Furthermore, we believe employing strategies that seek stocks offering superior value propositions to peers has been proven to be one of the few strategies that can work over time. For all these reasons we think there is a place for the quantitative, concentrated and value-centric Archer Portfolios in most client accounts. We think an Archer Portfolio is best employed as a compliment to a larger Alhambra Portfolio in an overall account strategy. Archer Portfolios require a minimum of $55,000 and are typically included in accounts of over half a million dollars as about a ten percent allocation. However, the sometimes high turnover of this strategy is best suited for being employed in a tax-sheltered account, like an IRA.

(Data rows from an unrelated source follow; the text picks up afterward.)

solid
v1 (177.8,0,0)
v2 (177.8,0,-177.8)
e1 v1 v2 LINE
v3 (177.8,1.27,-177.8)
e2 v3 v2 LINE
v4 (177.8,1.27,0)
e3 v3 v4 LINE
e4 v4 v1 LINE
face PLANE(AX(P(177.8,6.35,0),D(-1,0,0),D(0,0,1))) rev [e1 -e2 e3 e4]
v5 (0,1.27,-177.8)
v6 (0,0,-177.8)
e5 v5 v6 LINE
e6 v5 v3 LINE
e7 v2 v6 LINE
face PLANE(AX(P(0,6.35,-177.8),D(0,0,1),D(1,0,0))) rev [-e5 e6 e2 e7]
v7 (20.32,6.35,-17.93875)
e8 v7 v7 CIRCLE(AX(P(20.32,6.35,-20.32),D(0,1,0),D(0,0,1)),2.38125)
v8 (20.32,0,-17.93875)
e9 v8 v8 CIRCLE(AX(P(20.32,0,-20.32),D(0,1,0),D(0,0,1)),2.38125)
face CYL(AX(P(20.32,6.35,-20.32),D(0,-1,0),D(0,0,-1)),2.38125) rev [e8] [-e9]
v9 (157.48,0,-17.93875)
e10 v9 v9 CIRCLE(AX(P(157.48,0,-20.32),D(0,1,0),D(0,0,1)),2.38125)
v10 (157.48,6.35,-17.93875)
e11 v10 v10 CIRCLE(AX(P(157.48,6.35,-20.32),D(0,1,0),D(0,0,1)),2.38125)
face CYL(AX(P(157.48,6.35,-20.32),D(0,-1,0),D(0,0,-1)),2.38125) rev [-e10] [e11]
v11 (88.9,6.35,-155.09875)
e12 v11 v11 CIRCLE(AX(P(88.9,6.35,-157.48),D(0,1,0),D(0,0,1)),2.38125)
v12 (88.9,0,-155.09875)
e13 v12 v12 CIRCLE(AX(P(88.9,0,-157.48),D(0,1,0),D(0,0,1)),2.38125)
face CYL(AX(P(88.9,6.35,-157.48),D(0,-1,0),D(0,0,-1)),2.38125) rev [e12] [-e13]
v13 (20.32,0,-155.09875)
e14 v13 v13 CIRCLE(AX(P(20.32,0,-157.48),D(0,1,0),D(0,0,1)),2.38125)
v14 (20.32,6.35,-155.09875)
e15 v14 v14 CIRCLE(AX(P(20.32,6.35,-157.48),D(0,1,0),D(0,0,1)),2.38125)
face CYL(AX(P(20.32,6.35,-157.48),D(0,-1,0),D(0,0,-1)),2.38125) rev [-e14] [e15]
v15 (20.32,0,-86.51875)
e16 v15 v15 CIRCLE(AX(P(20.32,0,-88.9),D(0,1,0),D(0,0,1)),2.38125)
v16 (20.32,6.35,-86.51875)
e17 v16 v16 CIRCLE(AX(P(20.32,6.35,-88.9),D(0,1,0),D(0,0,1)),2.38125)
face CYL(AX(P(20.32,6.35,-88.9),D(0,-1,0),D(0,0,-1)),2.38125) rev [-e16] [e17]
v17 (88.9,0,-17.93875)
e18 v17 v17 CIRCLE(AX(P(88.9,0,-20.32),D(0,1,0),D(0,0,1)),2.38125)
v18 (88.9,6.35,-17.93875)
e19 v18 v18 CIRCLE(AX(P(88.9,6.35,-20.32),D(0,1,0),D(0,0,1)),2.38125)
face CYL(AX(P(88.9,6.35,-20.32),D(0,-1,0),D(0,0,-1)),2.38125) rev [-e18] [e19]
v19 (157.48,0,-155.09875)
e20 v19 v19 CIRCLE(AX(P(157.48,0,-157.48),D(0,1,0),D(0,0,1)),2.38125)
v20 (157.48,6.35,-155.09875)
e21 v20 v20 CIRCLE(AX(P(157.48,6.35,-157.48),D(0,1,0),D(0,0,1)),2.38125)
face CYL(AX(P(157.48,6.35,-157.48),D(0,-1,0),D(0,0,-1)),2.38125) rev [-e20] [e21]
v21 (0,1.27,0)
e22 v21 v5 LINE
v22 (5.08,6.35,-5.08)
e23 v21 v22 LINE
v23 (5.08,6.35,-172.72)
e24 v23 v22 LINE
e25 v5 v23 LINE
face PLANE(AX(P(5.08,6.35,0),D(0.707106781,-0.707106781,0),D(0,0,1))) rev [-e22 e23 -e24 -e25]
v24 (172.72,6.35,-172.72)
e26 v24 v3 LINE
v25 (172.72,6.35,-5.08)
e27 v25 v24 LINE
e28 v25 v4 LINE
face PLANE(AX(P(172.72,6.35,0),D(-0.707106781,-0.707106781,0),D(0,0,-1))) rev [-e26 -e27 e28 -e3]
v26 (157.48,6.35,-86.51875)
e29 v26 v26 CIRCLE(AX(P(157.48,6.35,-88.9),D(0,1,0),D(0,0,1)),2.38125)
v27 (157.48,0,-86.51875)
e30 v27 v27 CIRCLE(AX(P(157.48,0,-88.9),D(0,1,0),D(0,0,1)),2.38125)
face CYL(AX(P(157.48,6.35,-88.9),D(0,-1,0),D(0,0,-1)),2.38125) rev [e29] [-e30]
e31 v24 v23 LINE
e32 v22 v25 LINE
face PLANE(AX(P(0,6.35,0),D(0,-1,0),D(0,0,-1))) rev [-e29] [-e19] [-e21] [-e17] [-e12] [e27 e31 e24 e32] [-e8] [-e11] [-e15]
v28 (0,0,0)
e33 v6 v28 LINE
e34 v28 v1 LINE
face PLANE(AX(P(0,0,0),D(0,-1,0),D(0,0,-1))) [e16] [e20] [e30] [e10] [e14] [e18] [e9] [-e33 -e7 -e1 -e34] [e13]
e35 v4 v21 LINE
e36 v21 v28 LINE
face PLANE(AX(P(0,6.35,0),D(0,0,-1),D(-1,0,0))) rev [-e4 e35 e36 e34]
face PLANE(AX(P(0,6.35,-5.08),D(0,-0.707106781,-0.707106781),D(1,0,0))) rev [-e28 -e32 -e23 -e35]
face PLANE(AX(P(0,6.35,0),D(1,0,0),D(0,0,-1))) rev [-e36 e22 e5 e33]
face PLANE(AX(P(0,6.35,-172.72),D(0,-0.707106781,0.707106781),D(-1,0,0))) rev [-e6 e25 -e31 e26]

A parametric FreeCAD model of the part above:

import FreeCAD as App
import Part
import Sketcher
from FreeCAD import Vector
Q = App.Units.Quantity


def edges_at(feature, points):
    """Names of the edges that pass closest to the given points."""
    edges = feature.Shape.Edges
    near = lambda p: min(range(len(edges)), key=lambda i: edges[i].distToShape(Part.Vertex(*p))[0])
    return sorted({f"Edge{near(p) + 1}" for p in points})

doc = App.newDocument("Part")
body = doc.addObject("PartDesign::Body", "Body")

# Sketch on XZ plane
sketch1 = doc.addObject("Sketcher::SketchObject", "Sketch")
body.addObject(sketch1)
sketch1.AttachmentSupport = (doc.XZ_Plane, [""])
sketch1.MapMode = "FlatFace"
sketch1.addGeometry([
    Part.LineSegment(Vector(0, -177.8, 0), Vector(0, 0, 0)),  # 0
    Part.LineSegment(Vector(0, 0, 0), Vector(177.8, 0, 0)),  # 1
    Part.LineSegment(Vector(177.8, 0, 0), Vector(177.8, -177.8, 0)),  # 2
    Part.LineSegment(Vector(177.8, -177.8, 0), Vector(0, -177.8, 0)),  # 3
    Part.Circle(Vector(20.32, -20.32, 0), Vector(0, 0, 1), 2.38125),  # 4
    Part.Circle(Vector(88.9, -20.32, 0), Vector(0, 0, 1), 2.38125),  # 5
    Part.Circle(Vector(157.48, -20.32, 0), Vector(0, 0, 1), 2.38125),  # 6
    Part.Circle(Vector(20.32, -88.9, 0), Vector(0, 0, 1), 2.38125),  # 7
    Part.Circle(Vector(20.32, -157.48, 0), Vector(0, 0, 1), 2.38125),  # 8
    Part.Circle(Vector(157.48, -88.9, 0), Vector(0, 0, 1), 2.38125),  # 9
    Part.Circle(Vector(88.9, -157.48, 0), Vector(0, 0, 1), 2.38125),  # 10
    Part.Circle(Vector(157.48, -157.48, 0), Vector(0, 0, 1), 2.38125),  # 11
], False)
sketch1.addConstraint([
    Sketcher.Constraint("Coincident", 0, 2, 1, 1),
    Sketcher.Constraint("Coincident", 1, 2, 2, 1),
    Sketcher.Constraint("Coincident", 2, 2, 3, 1),
    Sketcher.Constraint("Coincident", 3, 2, 0, 1),
    Sketcher.Constraint("Vertical", 0),
    Sketcher.Constraint("Horizontal", 1),
    Sketcher.Constraint("Vertical", 2),
    Sketcher.Constraint("Horizontal", 3),
    Sketcher.Constraint("Coincident", 0, 2, -1, 1),
    Sketcher.Constraint("Equal", 4, 5),
    Sketcher.Constraint("Equal", 5, 6),
    Sketcher.Constraint("Equal", 6, 7),
    Sketcher.Constraint("Equal", 7, 8),
    Sketcher.Constraint("Equal", 8, 9),
    Sketcher.Constraint("Equal", 9, 10),
    Sketcher.Constraint("Equal", 10, 11),
    Sketcher.Constraint("Horizontal", 4, 3, 5, 3),
    Sketcher.Constraint("Horizontal", 5, 3, 6, 3),
    Sketcher.Constraint("Horizontal", 7, 3, 9, 3),
    Sketcher.Constraint("Horizontal", 8, 3, 10, 3),
    Sketcher.Constraint("Horizontal", 10, 3, 11, 3),
    Sketcher.Constraint("Vertical", 4, 3, 7, 3),
    Sketcher.Constraint("Vertical", 7, 3, 8, 3),
    Sketcher.Constraint("Vertical", 6, 3, 9, 3),
    Sketcher.Constraint("Vertical", 5, 3, 10, 3),
    Sketcher.Constraint("Vertical", 9, 3, 11, 3),
    Sketcher.Constraint("Equal", 3, 0),
    Sketcher.Constraint("DistanceX", 1, 1, 1, 2, Q("7 in")),
    Sketcher.Constraint("Diameter", 4, Q("0.1875 in")),
    Sketcher.Constraint("DistanceX", -1, 1, 4, 3, Q("0.8 in")),
    Sketcher.Constraint("DistanceY", 4, 3, -1, 1, Q("0.8 in")),
    Sketcher.Constraint("DistanceX", -1, 1, 5, 3, Q("3.5 in")),
    Sketcher.Constraint("DistanceX", -1, 1, 6, 3, Q("6.2 in")),
    Sketcher.Constraint("DistanceY", 7, 3, -1, 1, Q("3.5 in")),
    Sketcher.Constraint("DistanceY", 8, 3, -1, 1, Q("6.2 in")),
])
pad1 = doc.addObject("PartDesign::Pad", "Pad")
body.addObject(pad1)
pad1.Profile = sketch1
pad1.Length = Q("0.25 in")
pad1.Reversed = True
doc.recompute()

chamfer = doc.addObject("PartDesign::Chamfer", "Chamfer")
body.addObject(chamfer)
chamfer.Base = (pad1, edges_at(pad1, [
    (177.8, 6.35, -88.9),
    (88.9, 6.35, -177.8),
    (0, 6.35, -88.9),
    (88.9, 6.35, 0),
]))
chamfer.Size = Q("0.2 in")

doc.recompute()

Our tactically-adjusted Alhambra Portfolio with both an Archer Portfolio (VQM) and the Pathfinder Portfolio might look like this:
Although all of our Archer Portfolios are concentrated stock portfolios created with value screens, we run three different types:
- Value-Quality-Earnings Momentum (VQM)
- Dividend Growth
- Earnings Revision
The rules-based quantitative screens differ, but we expect the performance and results to be largely similar. Based on your needs and our overall diversification concerns, we will recommend one of the three. However, these portfolios are largely identical from one client to the other. Archer Portfolios are concerned only with investing you in the strongest performing stocks that we can identify. We provide customized diversification with our Alhambra Portfolios. Our Archer Portfolios are focused on simple performance.